Мы видели, что все политические движения эмигрантской молодежи поднялись на идейной закваске, прямо противоположной интеллигентскому просветительству, и в то же время в известной степени были продолжением ордена, со всеми его достоинствами и недостатками, с его героической моралью и с обязательной верой в какое-либо «целостное» миросозерцание. Так солидаристы, устраивая свою боевую организацию, вдохновлялись примером народовольцев и эсеров.
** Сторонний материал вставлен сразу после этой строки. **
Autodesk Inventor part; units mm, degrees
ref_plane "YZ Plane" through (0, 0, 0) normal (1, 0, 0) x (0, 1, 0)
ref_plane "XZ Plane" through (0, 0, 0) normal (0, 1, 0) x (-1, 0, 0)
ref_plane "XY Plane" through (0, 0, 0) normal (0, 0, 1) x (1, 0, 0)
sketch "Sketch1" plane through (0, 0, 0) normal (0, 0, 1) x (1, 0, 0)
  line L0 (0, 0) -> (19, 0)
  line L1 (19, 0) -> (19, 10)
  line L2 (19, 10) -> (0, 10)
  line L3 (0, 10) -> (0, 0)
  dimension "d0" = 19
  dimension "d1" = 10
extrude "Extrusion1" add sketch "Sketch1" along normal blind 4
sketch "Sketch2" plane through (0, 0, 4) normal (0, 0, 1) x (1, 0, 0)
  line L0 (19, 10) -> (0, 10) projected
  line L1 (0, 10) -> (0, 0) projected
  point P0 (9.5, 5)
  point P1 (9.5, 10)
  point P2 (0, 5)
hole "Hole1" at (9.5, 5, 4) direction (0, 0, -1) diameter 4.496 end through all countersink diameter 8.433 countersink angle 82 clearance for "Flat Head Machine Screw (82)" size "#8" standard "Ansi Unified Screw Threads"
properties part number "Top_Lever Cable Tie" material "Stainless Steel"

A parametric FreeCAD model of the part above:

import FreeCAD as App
import Part
import Sketcher
from FreeCAD import Vector

doc = App.newDocument("Part")
params = doc.addObject("Spreadsheet::Sheet", "Params")
for row, (alias, value) in enumerate([
    ("sketch1_width", "19 mm"),
    ("sketch1_height", "10 mm"),
    ("pad1_length", "4 mm"),
    ("hole_diameter", "4.496 mm"),
    ("hole_csink_diameter", "8.433 mm"),
], start=1):
    params.set(f"A{row}", alias)
    params.set(f"B{row}", "=" + value)
    params.setAlias(f"B{row}", alias)

body = doc.addObject("PartDesign::Body", "Body")

sketch1 = body.newObject("Sketcher::SketchObject", "Sketch")
sketch1.AttachmentSupport = (doc.getObject("XY_Plane"), [""])
sketch1.MapMode = "FlatFace"
sketch1.addGeometry(Part.LineSegment(Vector(0, 10, 0), Vector(0, 0, 0)), False)
sketch1.addGeometry(Part.LineSegment(Vector(0, 0, 0), Vector(19, 0, 0)), False)
sketch1.addGeometry(Part.LineSegment(Vector(19, 0, 0), Vector(19, 10, 0)), False)
sketch1.addGeometry(Part.LineSegment(Vector(19, 10, 0), Vector(0, 10, 0)), False)
sketch1.addConstraint(Sketcher.Constraint("Coincident", 0, 2, 1, 1))
sketch1.addConstraint(Sketcher.Constraint("Coincident", 1, 2, 2, 1))
sketch1.addConstraint(Sketcher.Constraint("Coincident", 2, 2, 3, 1))
sketch1.addConstraint(Sketcher.Constraint("Coincident", 3, 2, 0, 1))
sketch1.addConstraint(Sketcher.Constraint("Vertical", 0))
sketch1.addConstraint(Sketcher.Constraint("Horizontal", 1))
sketch1.addConstraint(Sketcher.Constraint("Vertical", 2))
sketch1.addConstraint(Sketcher.Constraint("Horizontal", 3))
sketch1.addConstraint(Sketcher.Constraint("Coincident", 0, 2, -1, 1))
sketch1.addConstraint(Sketcher.Constraint("DistanceX", 1, 1, 1, 2, 19.0))
sketch1.addConstraint(Sketcher.Constraint("DistanceY", 0, 2, 0, 1, 10.0))
sketch1.setExpression("Constraints[9]", "Params.sketch1_width")
sketch1.setExpression("Constraints[10]", "Params.sketch1_height")
pad1 = body.newObject("PartDesign::Pad", "Pad")
pad1.Profile = sketch1
pad1.setExpression("Length", "Params.pad1_length")

sketch2 = body.newObject("Sketcher::SketchObject", "Sketch001")
sketch2.AttachmentSupport = (doc.getObject("XY_Plane"), [""])
sketch2.MapMode = "FlatFace"
sketch2.AttachmentOffset = App.Placement(Vector(0, 0, 4), App.Rotation())
sketch2.addGeometry(Part.Circle(Vector(9.5, 5, 0), Vector(0, 0, 1), 2.2), False)
sketch2.addConstraint(Sketcher.Constraint("Diameter", 0, 4.496))
sketch2.addConstraint(Sketcher.Constraint("DistanceY", -1, 1, 0, 3, 5.0))
sketch2.addConstraint(Sketcher.Constraint("DistanceX", -1, 1, 0, 3, 9.5))
doc.recompute()
hole = body.newObject("PartDesign::Hole", "Hole")
hole.Profile = sketch2
hole.ThreadType = "None"
hole.setExpression("Diameter", "Params.hole_diameter")
hole.DepthType = "ThroughAll"
hole.HoleCutType = "Countersink"
hole.setExpression("HoleCutDiameter", "Params.hole_csink_diameter")
hole.HoleCutCountersinkAngle = 82

doc.recompute()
В этой проповеди героического активизма Франк видел все ту же интеллигентскую веру в политический кумир, все то же опьянение революционным дурманом, только «с обратным содержанием». Он говорил:
«Мы склонны с презрением или в лучшем случае с улыбкой снисходительной иронии вспоминать этот недавний деспотизм общественного мнения. Напрасно. Ибо в нем ничего не изменилось, кроме содержания и названия кумиров, которым приносят эти человеческие жертвы. С тем же фарисейским самодовольством, с тем же жестоким и холодным невниманием к живой человеческой личности травят в настоящее время людей, живая душа которых не может улечься в трафареты «контрреволюционного» общественного долга. И опять идет проповедь общественного героизма, как священного и потому морально-принудительного долга всякой личности, вне которого ей нет признания».
Франк осуждал, таким образом, не только идейное содержание, но и самую «форму» морали русской интеллигенции. П. Струве, И. Ильин и большинство движенческой молодежи не были столь последовательны: героическую орденскую мораль они обличали только покуда она была связана с интеллигентским миросозерцанием, с тех же пор как она соединилась с национализмом, они видели одну ее доблестную, рыцарскую сторону. Но некоторая часть молодежи, вероятно, шла за Франком до конца. Во всяком случае настоящее расхождение было не с ним, а с теми «отцами», которые, по мнению молодежи, понимали идею оцерковления жизни слишком в духе старых интеллигентских чаяний радикального преображения всех социальных отношений.